Certain Relationships
Certain of the lenders and banks and financial institutions party to the Senior Credit Agreement and their respective affiliates are
full service financial institutions and have in the past engaged, and may in the future engage, in transactions with and perform services, including securities trading, commercial and investment banking, financial advisory, investment management,
investment research, principal investment, hedging, financing and brokerage activities, for Western Digital and its affiliates in the ordinary course of business for which they have received or will receive customary fees and expenses. In addition,
certain of the lenders, banks and/or financial institutions party to the Senior Credit Agreement and/or their respective affiliates acted as initial purchasers in connection with Western Digitals offerings of its 7.375% Senior Secured Notes
due 2023 and its 10.500% Senior Unsecured Notes due 2024 and will receive customary fees and expenses in connection therewith.

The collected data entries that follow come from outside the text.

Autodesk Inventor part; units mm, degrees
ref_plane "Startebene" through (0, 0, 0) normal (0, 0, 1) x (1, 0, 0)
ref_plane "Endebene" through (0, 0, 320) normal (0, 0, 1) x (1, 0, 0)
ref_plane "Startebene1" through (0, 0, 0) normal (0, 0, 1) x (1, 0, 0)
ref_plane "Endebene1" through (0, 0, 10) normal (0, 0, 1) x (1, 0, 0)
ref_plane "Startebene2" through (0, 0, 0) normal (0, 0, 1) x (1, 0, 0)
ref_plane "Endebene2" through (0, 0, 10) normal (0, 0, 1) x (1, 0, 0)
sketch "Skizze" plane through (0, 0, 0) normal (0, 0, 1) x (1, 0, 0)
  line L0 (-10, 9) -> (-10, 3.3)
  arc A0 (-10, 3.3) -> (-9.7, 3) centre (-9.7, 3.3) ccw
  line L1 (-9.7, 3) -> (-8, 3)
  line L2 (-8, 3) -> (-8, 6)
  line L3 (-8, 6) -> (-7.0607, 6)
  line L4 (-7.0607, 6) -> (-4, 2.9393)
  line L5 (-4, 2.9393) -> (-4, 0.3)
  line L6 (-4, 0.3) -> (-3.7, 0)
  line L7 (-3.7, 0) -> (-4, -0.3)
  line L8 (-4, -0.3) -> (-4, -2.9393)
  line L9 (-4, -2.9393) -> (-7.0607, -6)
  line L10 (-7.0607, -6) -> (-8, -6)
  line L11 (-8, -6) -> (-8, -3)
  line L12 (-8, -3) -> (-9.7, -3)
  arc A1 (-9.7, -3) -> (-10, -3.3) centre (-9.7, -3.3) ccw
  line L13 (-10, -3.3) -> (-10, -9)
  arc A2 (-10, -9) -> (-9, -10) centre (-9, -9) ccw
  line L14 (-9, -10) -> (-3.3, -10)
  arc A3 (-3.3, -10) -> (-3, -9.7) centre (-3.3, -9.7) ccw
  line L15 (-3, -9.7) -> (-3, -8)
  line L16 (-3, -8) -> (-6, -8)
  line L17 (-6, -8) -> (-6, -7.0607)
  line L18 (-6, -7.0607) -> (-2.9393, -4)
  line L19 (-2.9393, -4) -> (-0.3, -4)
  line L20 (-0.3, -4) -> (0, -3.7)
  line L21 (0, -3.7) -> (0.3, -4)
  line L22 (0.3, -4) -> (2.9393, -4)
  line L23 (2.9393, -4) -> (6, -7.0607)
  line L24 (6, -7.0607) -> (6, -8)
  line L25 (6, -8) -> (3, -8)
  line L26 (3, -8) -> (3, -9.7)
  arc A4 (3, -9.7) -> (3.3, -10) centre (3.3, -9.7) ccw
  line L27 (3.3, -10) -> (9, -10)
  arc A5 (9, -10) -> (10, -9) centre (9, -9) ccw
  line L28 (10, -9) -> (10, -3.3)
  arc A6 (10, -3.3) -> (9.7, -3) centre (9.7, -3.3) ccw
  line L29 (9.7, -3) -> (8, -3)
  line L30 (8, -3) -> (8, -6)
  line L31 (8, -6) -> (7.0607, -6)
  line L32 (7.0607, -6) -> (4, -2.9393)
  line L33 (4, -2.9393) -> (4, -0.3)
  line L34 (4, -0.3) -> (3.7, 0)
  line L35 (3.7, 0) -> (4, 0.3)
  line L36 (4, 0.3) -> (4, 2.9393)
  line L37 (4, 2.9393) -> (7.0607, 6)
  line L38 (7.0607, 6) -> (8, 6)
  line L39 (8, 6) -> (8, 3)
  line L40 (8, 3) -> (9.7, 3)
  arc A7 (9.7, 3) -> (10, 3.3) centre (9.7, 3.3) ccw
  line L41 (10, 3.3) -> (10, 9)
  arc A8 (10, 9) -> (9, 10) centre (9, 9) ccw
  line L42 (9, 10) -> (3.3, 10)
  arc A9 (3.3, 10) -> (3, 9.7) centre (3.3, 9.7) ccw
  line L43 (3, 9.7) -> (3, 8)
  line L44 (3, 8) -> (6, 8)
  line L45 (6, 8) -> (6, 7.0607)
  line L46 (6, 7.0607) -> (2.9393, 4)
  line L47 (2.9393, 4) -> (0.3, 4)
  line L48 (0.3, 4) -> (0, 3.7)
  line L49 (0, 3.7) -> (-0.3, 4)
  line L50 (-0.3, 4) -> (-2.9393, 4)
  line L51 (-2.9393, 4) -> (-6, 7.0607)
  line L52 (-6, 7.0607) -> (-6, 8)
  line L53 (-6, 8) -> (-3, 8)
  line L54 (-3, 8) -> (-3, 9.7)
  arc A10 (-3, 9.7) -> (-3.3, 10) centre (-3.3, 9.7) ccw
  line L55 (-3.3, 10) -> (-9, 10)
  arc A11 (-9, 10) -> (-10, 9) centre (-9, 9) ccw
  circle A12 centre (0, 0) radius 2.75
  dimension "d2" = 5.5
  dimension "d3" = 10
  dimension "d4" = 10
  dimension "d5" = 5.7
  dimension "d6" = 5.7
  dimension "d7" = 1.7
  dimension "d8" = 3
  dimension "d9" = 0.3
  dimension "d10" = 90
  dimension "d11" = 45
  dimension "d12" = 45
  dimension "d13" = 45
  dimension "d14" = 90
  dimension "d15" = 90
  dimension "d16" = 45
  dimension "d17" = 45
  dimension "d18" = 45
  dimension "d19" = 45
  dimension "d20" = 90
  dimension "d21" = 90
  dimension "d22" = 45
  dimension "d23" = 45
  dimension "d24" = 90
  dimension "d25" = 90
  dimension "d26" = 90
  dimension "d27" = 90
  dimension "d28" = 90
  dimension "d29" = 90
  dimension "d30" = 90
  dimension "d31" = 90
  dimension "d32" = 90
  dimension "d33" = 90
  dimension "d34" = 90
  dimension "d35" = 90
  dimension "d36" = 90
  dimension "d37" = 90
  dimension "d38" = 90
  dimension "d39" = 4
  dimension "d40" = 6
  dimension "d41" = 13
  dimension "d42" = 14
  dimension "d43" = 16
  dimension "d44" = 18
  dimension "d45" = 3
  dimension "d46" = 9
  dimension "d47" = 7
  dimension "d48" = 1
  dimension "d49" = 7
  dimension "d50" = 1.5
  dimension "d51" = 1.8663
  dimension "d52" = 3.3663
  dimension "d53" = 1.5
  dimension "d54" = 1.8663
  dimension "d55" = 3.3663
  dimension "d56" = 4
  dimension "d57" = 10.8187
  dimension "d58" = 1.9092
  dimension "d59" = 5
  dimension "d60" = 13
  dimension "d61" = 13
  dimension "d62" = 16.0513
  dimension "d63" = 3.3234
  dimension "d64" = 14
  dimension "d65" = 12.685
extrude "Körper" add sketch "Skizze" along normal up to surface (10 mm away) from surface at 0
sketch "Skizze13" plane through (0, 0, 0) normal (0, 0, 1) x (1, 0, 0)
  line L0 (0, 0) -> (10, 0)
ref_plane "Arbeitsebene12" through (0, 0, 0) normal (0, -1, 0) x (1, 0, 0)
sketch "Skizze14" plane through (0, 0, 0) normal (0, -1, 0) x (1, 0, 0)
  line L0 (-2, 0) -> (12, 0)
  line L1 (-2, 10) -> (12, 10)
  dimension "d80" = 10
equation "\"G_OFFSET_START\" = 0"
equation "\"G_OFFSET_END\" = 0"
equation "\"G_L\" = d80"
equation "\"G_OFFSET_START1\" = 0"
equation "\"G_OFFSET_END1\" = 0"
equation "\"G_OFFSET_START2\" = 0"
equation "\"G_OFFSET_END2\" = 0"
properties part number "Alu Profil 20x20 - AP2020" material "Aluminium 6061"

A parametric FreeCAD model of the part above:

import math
import FreeCAD as App
import Part
import Sketcher
from FreeCAD import Vector

doc = App.newDocument("Part")
params = doc.addObject("Spreadsheet::Sheet", "Params")
for row, (alias, value) in enumerate([
    ("sketch1_radius", "1 mm"),
    ("sketch1_diameter", "5.5 mm"),
    ("sketch1_radius2", "0.3 mm"),
    ("sketch1_width", "3 mm"),
    ("sketch1_width2", "1.7 mm"),
    ("pad1_length", "10 mm"),
], start=1):
    params.set(f"A{row}", alias)
    params.set(f"B{row}", "=" + value)
    params.setAlias(f"B{row}", alias)

body = doc.addObject("PartDesign::Body", "Body")

# Sketch on XY plane
sketch1 = body.newObject("Sketcher::SketchObject", "Sketch")
sketch1.AttachmentSupport = (doc.getObject("XY_Plane"), [""])
sketch1.MapMode = "FlatFace"
sketch1.addGeometry([
    Part.ArcOfCircle(Part.Circle(Vector(-9, 9, 0), Vector(0, 0, 1), 1), math.radians(90), math.radians(180)),  # 0
    Part.LineSegment(Vector(-10, 9, 0), Vector(-10, 3.3, 0)),  # 1
    Part.ArcOfCircle(Part.Circle(Vector(-9.7, 3.3, 0), Vector(0, 0, 1), 0.3), math.radians(180), math.radians(270)),  # 2
    Part.LineSegment(Vector(-9.7, 3, 0), Vector(-8, 3, 0)),  # 3
    Part.LineSegment(Vector(-8, 3, 0), Vector(-8, 6, 0)),  # 4
    Part.LineSegment(Vector(-8, 6, 0), Vector(-7.06, 6, 0)),  # 5
    Part.LineSegment(Vector(-7.06, 6, 0), Vector(-4, 2.94, 0)),  # 6
    Part.LineSegment(Vector(-4, 2.94, 0), Vector(-4, 0.3, 0)),  # 7
    Part.LineSegment(Vector(-4, 0.3, 0), Vector(-3.7, 0, 0)),  # 8
    Part.LineSegment(Vector(-3.7, 0, 0), Vector(-4, -0.3, 0)),  # 9
    Part.LineSegment(Vector(-4, -0.3, 0), Vector(-4, -2.94, 0)),  # 10
    Part.LineSegment(Vector(-4, -2.94, 0), Vector(-7.06, -6, 0)),  # 11
    Part.LineSegment(Vector(-7.06, -6, 0), Vector(-8, -6, 0)),  # 12
    Part.LineSegment(Vector(-8, -6, 0), Vector(-8, -3, 0)),  # 13
    Part.LineSegment(Vector(-8, -3, 0), Vector(-9.7, -3, 0)),  # 14
    Part.ArcOfCircle(Part.Circle(Vector(-9.7, -3.3, 0), Vector(0, 0, 1), 0.3), math.radians(90), math.radians(180)),  # 15
    Part.LineSegment(Vector(-10, -3.3, 0), Vector(-10, -9, 0)),  # 16
    Part.ArcOfCircle(Part.Circle(Vector(-9, -9, 0), Vector(0, 0, 1), 1), math.radians(180), math.radians(270)),  # 17
    Part.LineSegment(Vector(-9, -10, 0), Vector(-3.3, -10, 0)),  # 18
    Part.ArcOfCircle(Part.Circle(Vector(-3.3, -9.7, 0), Vector(0, 0, 1), 0.3), math.radians(-90), math.radians(0)),  # 19
    Part.LineSegment(Vector(-3, -9.7, 0), Vector(-3, -8, 0)),  # 20
    Part.LineSegment(Vector(-3, -8, 0), Vector(-6, -8, 0)),  # 21
    Part.LineSegment(Vector(-6, -8, 0), Vector(-6, -7.06, 0)),  # 22
    Part.LineSegment(Vector(-6, -7.06, 0), Vector(-2.94, -4, 0)),  # 23
    Part.LineSegment(Vector(-2.94, -4, 0), Vector(-0.3, -4, 0)),  # 24
    Part.LineSegment(Vector(-0.3, -4, 0), Vector(0, -3.7, 0)),  # 25
    Part.LineSegment(Vector(0, -3.7, 0), Vector(0.3, -4, 0)),  # 26
    Part.LineSegment(Vector(0.3, -4, 0), Vector(2.94, -4, 0)),  # 27
    Part.LineSegment(Vector(2.94, -4, 0), Vector(6, -7.06, 0)),  # 28
    Part.LineSegment(Vector(6, -7.06, 0), Vector(6, -8, 0)),  # 29
    Part.LineSegment(Vector(6, -8, 0), Vector(3, -8, 0)),  # 30
    Part.LineSegment(Vector(3, -8, 0), Vector(3, -9.7, 0)),  # 31
    Part.ArcOfCircle(Part.Circle(Vector(3.3, -9.7, 0), Vector(0, 0, 1), 0.3), math.radians(180), math.radians(270)),  # 32
    Part.LineSegment(Vector(3.3, -10, 0), Vector(9, -10, 0)),  # 33
    Part.ArcOfCircle(Part.Circle(Vector(9, -9, 0), Vector(0, 0, 1), 1), math.radians(-90), math.radians(0)),  # 34
    Part.LineSegment(Vector(10, -9, 0), Vector(10, -3.3, 0)),  # 35
    Part.ArcOfCircle(Part.Circle(Vector(9.7, -3.3, 0), Vector(0, 0, 1), 0.3), math.radians(0), math.radians(90)),  # 36
    Part.LineSegment(Vector(9.7, -3, 0), Vector(8, -3, 0)),  # 37
    Part.LineSegment(Vector(8, -3, 0), Vector(8, -6, 0)),  # 38
    Part.LineSegment(Vector(8, -6, 0), Vector(7.06, -6, 0)),  # 39
    Part.LineSegment(Vector(7.06, -6, 0), Vector(4, -2.94, 0)),  # 40
    Part.LineSegment(Vector(4, -2.94, 0), Vector(4, -0.3, 0)),  # 41
    Part.LineSegment(Vector(4, -0.3, 0), Vector(3.7, 0, 0)),  # 42
    Part.LineSegment(Vector(3.7, 0, 0), Vector(4, 0.3, 0)),  # 43
    Part.LineSegment(Vector(4, 0.3, 0), Vector(4, 2.94, 0)),  # 44
    Part.LineSegment(Vector(4, 2.94, 0), Vector(7.06, 6, 0)),  # 45
    Part.LineSegment(Vector(7.06, 6, 0), Vector(8, 6, 0)),  # 46
    Part.LineSegment(Vector(8, 6, 0), Vector(8, 3, 0)),  # 47
    Part.LineSegment(Vector(8, 3, 0), Vector(9.7, 3, 0)),  # 48
    Part.ArcOfCircle(Part.Circle(Vector(9.7, 3.3, 0), Vector(0, 0, 1), 0.3), math.radians(-90), math.radians(0)),  # 49
    Part.LineSegment(Vector(10, 3.3, 0), Vector(10, 9, 0)),  # 50
    Part.ArcOfCircle(Part.Circle(Vector(9, 9, 0), Vector(0, 0, 1), 1), math.radians(0), math.radians(90)),  # 51
    Part.LineSegment(Vector(9, 10, 0), Vector(3.3, 10, 0)),  # 52
    Part.ArcOfCircle(Part.Circle(Vector(3.3, 9.7, 0), Vector(0, 0, 1), 0.3), math.radians(90), math.radians(180)),  # 53
    Part.LineSegment(Vector(3, 9.7, 0), Vector(3, 8, 0)),  # 54
    Part.LineSegment(Vector(3, 8, 0), Vector(6, 8, 0)),  # 55
    Part.LineSegment(Vector(6, 8, 0), Vector(6, 7.06, 0)),  # 56
    Part.LineSegment(Vector(6, 7.06, 0), Vector(2.94, 4, 0)),  # 57
    Part.LineSegment(Vector(2.94, 4, 0), Vector(0.3, 4, 0)),  # 58
    Part.LineSegment(Vector(0.3, 4, 0), Vector(0, 3.7, 0)),  # 59
    Part.LineSegment(Vector(0, 3.7, 0), Vector(-0.3, 4, 0)),  # 60
    Part.LineSegment(Vector(-0.3, 4, 0), Vector(-2.94, 4, 0)),  # 61
    Part.LineSegment(Vector(-2.94, 4, 0), Vector(-6, 7.06, 0)),  # 62
    Part.LineSegment(Vector(-6, 7.06, 0), Vector(-6, 8, 0)),  # 63
    Part.LineSegment(Vector(-6, 8, 0), Vector(-3, 8, 0)),  # 64
    Part.LineSegment(Vector(-3, 8, 0), Vector(-3, 9.7, 0)),  # 65
    Part.ArcOfCircle(Part.Circle(Vector(-3.3, 9.7, 0), Vector(0, 0, 1), 0.3), math.radians(0), math.radians(90)),  # 66
    Part.LineSegment(Vector(-3.3, 10, 0), Vector(-9, 10, 0)),  # 67
    Part.Circle(Vector(0, 0, 0), Vector(0, 0, 1), 2.75),  # 68
], False)
sketch1.addConstraint([
    Sketcher.Constraint("Tangent", 0, 2, 1, 1),
    Sketcher.Constraint("Tangent", 1, 2, 2, 1),
    Sketcher.Constraint("Tangent", 2, 2, 3, 1),
    Sketcher.Constraint("Coincident", 3, 2, 4, 1),
    Sketcher.Constraint("Coincident", 4, 2, 5, 1),
    Sketcher.Constraint("Coincident", 5, 2, 6, 1),
    Sketcher.Constraint("Coincident", 6, 2, 7, 1),
    Sketcher.Constraint("Coincident", 7, 2, 8, 1),
    Sketcher.Constraint("Coincident", 8, 2, 9, 1),
    Sketcher.Constraint("Coincident", 9, 2, 10, 1),
    Sketcher.Constraint("Coincident", 10, 2, 11, 1),
    Sketcher.Constraint("Coincident", 11, 2, 12, 1),
    Sketcher.Constraint("Coincident", 12, 2, 13, 1),
    Sketcher.Constraint("Coincident", 13, 2, 14, 1),
    Sketcher.Constraint("Tangent", 14, 2, 15, 1),
    Sketcher.Constraint("Tangent", 15, 2, 16, 1),
    Sketcher.Constraint("Tangent", 16, 2, 17, 1),
    Sketcher.Constraint("Tangent", 17, 2, 18, 1),
    Sketcher.Constraint("Tangent", 18, 2, 19, 1),
    Sketcher.Constraint("Tangent", 19, 2, 20, 1),
    Sketcher.Constraint("Coincident", 20, 2, 21, 1),
    Sketcher.Constraint("Coincident", 21, 2, 22, 1),
    Sketcher.Constraint("Coincident", 22, 2, 23, 1),
    Sketcher.Constraint("Coincident", 23, 2, 24, 1),
    Sketcher.Constraint("Coincident", 24, 2, 25, 1),
    Sketcher.Constraint("Coincident", 25, 2, 26, 1),
    Sketcher.Constraint("Coincident", 26, 2, 27, 1),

In addition, certain of the lenders, banks and/or financial institutions party to the Senior Credit Agreement and/or their
respective affiliates are lenders and/or agents under Western Digitals existing credit agreement, the indebtedness outstanding under which will be repaid in connection with the Acquisition and as such will receive a portion of the net proceeds
from the Senior Credit Facilities used to repay such credit facility. In addition, certain of the lenders, banks and/or financial institutions party to the Senior Credit Agreement and/or their respective affiliates are serving as financial advisors
to Western Digital in connection with the Acquisition, for which they will receive customary fees.